Remarkably, no one ever refused a request for help. The Laboulaye family, Bartholdi Museum, Museum of the City of New York, Schomburg Center for Research in Black Culture, Harvard University and many individuals gave their time generously so that we could review as many relevant sources as possible in their original forms. Tatsha Robertson wrote a well-researched article for the Boston Globe. Following its publication, we received inquiries and new materials from around the world.
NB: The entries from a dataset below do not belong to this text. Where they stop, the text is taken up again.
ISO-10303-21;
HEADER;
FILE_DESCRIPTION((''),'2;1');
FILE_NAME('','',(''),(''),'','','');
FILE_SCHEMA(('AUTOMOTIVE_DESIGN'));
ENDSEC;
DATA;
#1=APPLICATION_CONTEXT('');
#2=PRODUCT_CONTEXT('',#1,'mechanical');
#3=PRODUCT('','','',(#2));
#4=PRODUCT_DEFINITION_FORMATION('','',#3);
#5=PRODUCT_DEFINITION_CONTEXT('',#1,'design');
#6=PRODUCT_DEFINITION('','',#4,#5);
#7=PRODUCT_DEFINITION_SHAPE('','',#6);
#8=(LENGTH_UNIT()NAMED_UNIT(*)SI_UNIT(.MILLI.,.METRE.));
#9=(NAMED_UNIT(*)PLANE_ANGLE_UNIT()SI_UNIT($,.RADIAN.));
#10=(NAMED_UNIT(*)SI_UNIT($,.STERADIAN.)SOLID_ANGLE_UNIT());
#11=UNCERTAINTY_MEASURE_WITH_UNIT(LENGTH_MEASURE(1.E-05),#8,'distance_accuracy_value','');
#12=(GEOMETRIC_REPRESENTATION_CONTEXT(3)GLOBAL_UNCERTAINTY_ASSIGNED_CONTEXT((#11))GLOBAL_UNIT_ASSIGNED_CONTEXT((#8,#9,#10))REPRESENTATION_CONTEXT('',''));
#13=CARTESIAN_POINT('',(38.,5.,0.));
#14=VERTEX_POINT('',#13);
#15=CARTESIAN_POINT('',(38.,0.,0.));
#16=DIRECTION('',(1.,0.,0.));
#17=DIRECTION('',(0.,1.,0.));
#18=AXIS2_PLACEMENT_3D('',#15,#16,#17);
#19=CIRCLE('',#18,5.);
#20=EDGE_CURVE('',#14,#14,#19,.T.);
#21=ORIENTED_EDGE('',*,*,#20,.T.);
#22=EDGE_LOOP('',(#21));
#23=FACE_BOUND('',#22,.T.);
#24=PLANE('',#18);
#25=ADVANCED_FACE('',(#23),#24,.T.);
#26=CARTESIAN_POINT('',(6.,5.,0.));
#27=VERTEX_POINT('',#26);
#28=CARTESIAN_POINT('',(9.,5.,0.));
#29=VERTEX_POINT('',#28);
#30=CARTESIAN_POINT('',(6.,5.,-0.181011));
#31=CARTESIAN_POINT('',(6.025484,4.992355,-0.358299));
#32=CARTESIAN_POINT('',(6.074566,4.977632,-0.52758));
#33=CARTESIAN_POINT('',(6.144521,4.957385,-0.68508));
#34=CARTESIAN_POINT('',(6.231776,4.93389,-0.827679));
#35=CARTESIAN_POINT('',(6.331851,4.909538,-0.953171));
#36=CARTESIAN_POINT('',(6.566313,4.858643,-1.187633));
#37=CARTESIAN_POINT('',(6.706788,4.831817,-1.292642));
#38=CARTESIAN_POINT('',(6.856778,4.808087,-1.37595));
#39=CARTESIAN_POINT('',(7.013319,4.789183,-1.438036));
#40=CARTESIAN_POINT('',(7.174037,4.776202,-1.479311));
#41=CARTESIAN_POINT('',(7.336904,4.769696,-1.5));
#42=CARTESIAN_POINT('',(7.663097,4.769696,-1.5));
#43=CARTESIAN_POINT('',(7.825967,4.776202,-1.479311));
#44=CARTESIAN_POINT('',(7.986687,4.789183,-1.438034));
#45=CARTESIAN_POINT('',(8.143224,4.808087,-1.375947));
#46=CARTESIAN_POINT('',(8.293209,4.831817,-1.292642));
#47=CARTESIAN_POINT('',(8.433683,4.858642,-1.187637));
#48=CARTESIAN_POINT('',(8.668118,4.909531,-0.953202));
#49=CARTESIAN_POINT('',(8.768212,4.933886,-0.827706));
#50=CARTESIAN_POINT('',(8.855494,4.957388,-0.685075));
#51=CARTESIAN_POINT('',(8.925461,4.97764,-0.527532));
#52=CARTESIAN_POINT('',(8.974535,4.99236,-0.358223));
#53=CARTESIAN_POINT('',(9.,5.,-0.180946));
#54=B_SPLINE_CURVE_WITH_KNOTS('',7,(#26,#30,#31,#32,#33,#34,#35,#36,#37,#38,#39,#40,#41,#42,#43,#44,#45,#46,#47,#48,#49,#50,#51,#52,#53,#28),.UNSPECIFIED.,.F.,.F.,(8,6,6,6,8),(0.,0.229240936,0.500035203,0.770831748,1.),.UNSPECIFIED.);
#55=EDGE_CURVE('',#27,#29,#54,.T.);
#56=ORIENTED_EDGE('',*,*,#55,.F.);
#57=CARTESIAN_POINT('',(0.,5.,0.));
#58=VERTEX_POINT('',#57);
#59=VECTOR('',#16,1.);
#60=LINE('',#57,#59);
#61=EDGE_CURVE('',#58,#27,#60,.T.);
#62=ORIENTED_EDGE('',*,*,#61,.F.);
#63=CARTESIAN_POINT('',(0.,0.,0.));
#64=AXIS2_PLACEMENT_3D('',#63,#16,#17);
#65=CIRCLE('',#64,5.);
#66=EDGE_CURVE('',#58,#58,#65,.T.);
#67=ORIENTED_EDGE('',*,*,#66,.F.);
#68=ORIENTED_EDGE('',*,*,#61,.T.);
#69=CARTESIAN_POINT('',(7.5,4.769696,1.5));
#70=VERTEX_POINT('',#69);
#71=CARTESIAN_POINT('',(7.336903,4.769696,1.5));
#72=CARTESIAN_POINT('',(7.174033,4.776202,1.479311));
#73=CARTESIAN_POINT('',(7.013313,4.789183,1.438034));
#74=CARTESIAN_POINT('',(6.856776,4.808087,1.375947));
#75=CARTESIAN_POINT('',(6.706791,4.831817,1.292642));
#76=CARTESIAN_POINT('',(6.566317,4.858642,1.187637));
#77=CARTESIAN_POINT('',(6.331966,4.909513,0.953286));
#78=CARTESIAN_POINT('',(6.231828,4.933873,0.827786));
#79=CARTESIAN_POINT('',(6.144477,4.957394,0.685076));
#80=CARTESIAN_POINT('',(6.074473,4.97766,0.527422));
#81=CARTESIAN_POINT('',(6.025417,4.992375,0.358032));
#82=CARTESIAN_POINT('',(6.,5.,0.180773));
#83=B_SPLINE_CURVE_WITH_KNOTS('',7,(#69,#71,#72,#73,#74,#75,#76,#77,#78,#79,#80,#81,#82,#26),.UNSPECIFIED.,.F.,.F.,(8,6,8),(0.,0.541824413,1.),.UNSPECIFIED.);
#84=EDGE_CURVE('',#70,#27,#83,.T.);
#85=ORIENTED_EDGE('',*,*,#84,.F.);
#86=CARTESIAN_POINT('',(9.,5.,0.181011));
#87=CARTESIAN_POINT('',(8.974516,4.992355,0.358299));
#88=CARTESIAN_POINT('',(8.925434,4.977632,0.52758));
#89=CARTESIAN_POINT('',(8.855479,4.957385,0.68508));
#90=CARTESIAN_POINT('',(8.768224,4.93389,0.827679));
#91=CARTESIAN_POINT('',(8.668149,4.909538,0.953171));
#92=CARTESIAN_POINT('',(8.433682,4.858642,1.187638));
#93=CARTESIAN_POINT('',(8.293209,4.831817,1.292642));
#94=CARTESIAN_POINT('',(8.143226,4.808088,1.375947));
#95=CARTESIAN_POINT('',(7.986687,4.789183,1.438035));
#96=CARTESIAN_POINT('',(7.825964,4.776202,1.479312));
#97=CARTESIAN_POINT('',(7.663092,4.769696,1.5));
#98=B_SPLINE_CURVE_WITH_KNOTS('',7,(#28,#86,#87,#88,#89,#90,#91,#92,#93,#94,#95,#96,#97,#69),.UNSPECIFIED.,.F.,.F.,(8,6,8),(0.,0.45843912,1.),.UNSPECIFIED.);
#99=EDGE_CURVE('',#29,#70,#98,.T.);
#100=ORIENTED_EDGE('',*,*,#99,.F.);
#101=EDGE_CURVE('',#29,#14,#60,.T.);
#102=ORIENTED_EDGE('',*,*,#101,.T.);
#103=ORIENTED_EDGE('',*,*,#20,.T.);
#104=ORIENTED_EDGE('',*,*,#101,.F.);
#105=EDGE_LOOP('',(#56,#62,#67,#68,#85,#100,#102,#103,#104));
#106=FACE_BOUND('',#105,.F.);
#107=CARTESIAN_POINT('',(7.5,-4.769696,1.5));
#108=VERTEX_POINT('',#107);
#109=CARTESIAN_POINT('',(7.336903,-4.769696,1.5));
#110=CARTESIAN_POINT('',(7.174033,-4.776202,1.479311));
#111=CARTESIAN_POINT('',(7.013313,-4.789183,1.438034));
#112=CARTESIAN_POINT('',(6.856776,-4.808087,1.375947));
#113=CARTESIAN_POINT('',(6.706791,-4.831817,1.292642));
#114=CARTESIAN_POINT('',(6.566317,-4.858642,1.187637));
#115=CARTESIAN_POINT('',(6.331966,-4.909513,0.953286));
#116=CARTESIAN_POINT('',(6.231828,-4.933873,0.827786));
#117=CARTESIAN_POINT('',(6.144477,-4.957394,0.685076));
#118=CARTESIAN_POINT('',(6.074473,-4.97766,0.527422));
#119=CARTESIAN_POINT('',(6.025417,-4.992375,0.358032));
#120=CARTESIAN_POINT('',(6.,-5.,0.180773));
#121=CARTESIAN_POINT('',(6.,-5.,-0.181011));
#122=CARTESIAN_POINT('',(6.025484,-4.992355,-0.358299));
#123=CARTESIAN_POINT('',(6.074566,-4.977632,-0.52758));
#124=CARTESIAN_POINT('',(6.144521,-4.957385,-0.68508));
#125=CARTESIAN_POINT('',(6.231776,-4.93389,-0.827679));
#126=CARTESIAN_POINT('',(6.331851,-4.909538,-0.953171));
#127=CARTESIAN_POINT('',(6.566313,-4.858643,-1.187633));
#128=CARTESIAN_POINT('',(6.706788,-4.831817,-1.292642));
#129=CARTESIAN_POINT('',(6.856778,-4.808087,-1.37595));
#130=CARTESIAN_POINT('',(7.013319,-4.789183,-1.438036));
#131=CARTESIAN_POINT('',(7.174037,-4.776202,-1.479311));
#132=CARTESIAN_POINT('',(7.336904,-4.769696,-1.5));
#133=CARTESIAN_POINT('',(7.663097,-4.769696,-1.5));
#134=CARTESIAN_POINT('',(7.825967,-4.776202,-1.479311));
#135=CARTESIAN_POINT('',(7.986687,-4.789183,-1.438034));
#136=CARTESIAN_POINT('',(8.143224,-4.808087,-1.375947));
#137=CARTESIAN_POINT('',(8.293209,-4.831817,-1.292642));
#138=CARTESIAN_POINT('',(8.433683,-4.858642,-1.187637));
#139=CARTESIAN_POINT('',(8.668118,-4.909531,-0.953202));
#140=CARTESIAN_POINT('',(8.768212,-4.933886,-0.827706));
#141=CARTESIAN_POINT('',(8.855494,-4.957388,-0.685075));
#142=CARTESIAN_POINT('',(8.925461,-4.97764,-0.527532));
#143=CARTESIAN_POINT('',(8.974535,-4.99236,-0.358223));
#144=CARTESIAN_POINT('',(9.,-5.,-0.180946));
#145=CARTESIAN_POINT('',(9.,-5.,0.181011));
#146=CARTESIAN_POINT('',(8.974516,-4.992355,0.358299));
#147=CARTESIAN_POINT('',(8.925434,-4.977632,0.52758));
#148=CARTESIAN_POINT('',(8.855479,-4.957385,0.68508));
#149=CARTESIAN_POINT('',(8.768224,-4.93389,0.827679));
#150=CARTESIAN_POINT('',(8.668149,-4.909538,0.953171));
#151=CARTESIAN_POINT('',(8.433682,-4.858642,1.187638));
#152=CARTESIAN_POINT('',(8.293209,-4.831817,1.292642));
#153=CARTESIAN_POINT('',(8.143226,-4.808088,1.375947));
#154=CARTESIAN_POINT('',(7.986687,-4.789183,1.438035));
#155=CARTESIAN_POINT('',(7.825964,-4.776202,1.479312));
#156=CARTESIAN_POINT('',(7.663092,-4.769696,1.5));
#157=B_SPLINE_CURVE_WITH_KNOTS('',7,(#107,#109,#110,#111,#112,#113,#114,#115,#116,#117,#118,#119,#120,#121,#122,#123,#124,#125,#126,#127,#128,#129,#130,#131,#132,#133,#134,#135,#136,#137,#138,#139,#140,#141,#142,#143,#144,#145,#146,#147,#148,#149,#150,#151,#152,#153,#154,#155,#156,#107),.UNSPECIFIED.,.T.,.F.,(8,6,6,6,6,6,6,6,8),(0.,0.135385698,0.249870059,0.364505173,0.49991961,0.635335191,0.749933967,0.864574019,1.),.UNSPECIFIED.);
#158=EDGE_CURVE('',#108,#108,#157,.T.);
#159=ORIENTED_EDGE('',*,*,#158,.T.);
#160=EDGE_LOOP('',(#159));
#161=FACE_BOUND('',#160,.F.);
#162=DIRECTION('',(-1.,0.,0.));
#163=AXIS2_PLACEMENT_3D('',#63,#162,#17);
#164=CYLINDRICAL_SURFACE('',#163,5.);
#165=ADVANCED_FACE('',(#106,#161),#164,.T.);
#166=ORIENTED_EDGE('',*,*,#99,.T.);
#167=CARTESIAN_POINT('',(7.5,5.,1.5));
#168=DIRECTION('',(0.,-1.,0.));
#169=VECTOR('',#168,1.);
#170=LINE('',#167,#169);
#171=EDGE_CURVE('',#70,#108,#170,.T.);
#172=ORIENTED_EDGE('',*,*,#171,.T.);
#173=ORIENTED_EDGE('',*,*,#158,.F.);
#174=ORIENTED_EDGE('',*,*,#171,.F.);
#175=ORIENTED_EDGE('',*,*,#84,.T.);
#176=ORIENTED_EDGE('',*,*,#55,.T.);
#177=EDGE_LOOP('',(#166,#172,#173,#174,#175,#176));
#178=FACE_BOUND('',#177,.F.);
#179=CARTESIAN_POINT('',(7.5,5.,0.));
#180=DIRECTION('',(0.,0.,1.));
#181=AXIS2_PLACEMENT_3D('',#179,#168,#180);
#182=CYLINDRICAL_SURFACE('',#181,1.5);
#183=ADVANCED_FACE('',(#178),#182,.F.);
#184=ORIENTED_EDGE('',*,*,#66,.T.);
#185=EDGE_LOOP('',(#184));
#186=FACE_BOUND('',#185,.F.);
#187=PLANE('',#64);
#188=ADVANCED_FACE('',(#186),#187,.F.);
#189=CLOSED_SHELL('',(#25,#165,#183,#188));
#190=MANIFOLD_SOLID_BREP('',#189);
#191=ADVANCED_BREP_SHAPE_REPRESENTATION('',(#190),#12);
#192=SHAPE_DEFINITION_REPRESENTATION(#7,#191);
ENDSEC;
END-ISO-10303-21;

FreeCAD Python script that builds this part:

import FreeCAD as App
import Part
import Sketcher

V = App.Vector
Q = App.Units.Quantity

doc = App.newDocument("Part")
params = doc.addObject("Spreadsheet::Sheet", "Params")
for row, (alias, value) in enumerate([
    ("sketch1_diameter", "10 mm"),
    ("pad1_length", "38 mm"),
    ("sketch2_diameter", "3 mm"),
    ("hole_diameter", "3 mm"),
], start=1):
    params.set(f"A{row}", alias)
    params.set(f"B{row}", "=" + value)
    params.setAlias(f"B{row}", alias)

body = doc.addObject("PartDesign::Body", "Body")

sketch1 = body.newObject("Sketcher::SketchObject", "Sketch")
sketch1.AttachmentSupport = (doc.getObject("YZ_Plane"), [""])
sketch1.MapMode = "FlatFace"
sketch1.addGeometry(Part.Circle(V(0, 0, 0), V(0, 0, 1), 5), False)
sketch1.addConstraint([
    Sketcher.Constraint("Coincident", 0, 3, -1, 1),
    Sketcher.Constraint("Diameter", 0, Q("10 mm")),
])
sketch1.setExpression("Constraints[1]", "Params.sketch1_diameter")
pad1 = body.newObject("PartDesign::Pad", "Pad")
pad1.Profile = sketch1
pad1.setExpression("Length", "Params.pad1_length")

sketch2 = body.newObject("Sketcher::SketchObject", "Sketch001")
sketch2.AttachmentSupport = (doc.getObject("XZ_Plane"), [""])
sketch2.MapMode = "FlatFace"
sketch2.AttachmentOffset = App.Placement(V(0, 0, -5), App.Rotation())
sketch2.addGeometry(Part.Circle(V(7.5, 0, 0), V(0, 0, 1), 1.5), False)
sketch2.addConstraint([
    Sketcher.Constraint("PointOnObject", 0, 3, -1),
    Sketcher.Constraint("Diameter", 0, Q("3 mm")),
    Sketcher.Constraint("DistanceX", -1, 1, 0, 3, Q("7.5 mm")),
])
sketch2.setExpression("Constraints[1]", "Params.sketch2_diameter")
doc.recompute()
hole = body.newObject("PartDesign::Hole", "Hole")
hole.Profile = sketch2
hole.ThreadType = "None"
hole.setExpression("Diameter", "Params.hole_diameter")
hole.DepthType = "ThroughAll"
hole.Reversed = True

doc.recompute()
Outside advice was also critical. Jim Haskins, University of Florida-Gainesville, and Seymour Drescher, University of Pittsburgh, helped shape the overall direction of the research and provided insightful comments on early drafts. Reviewers David Blight, Amherst College; Alan M. Kraut, American University; and Nicolai Cikovsky, Jr., National Gallery of Art are responsible for improvements in the final report.

My friends and family heard more about the history of the Statue of Liberty than they ever wanted to know. I am deeply indebted to Bernadette Williams, Ronnie Brown, Fran Morrill-Schlitt, Constance Dinges, Maurice Karpman, and Meg Joseph for keeping me on course when I thought I couldn’t take another step and to Katy, who runs a mean microfiche machine and makes all hard work worthwhile.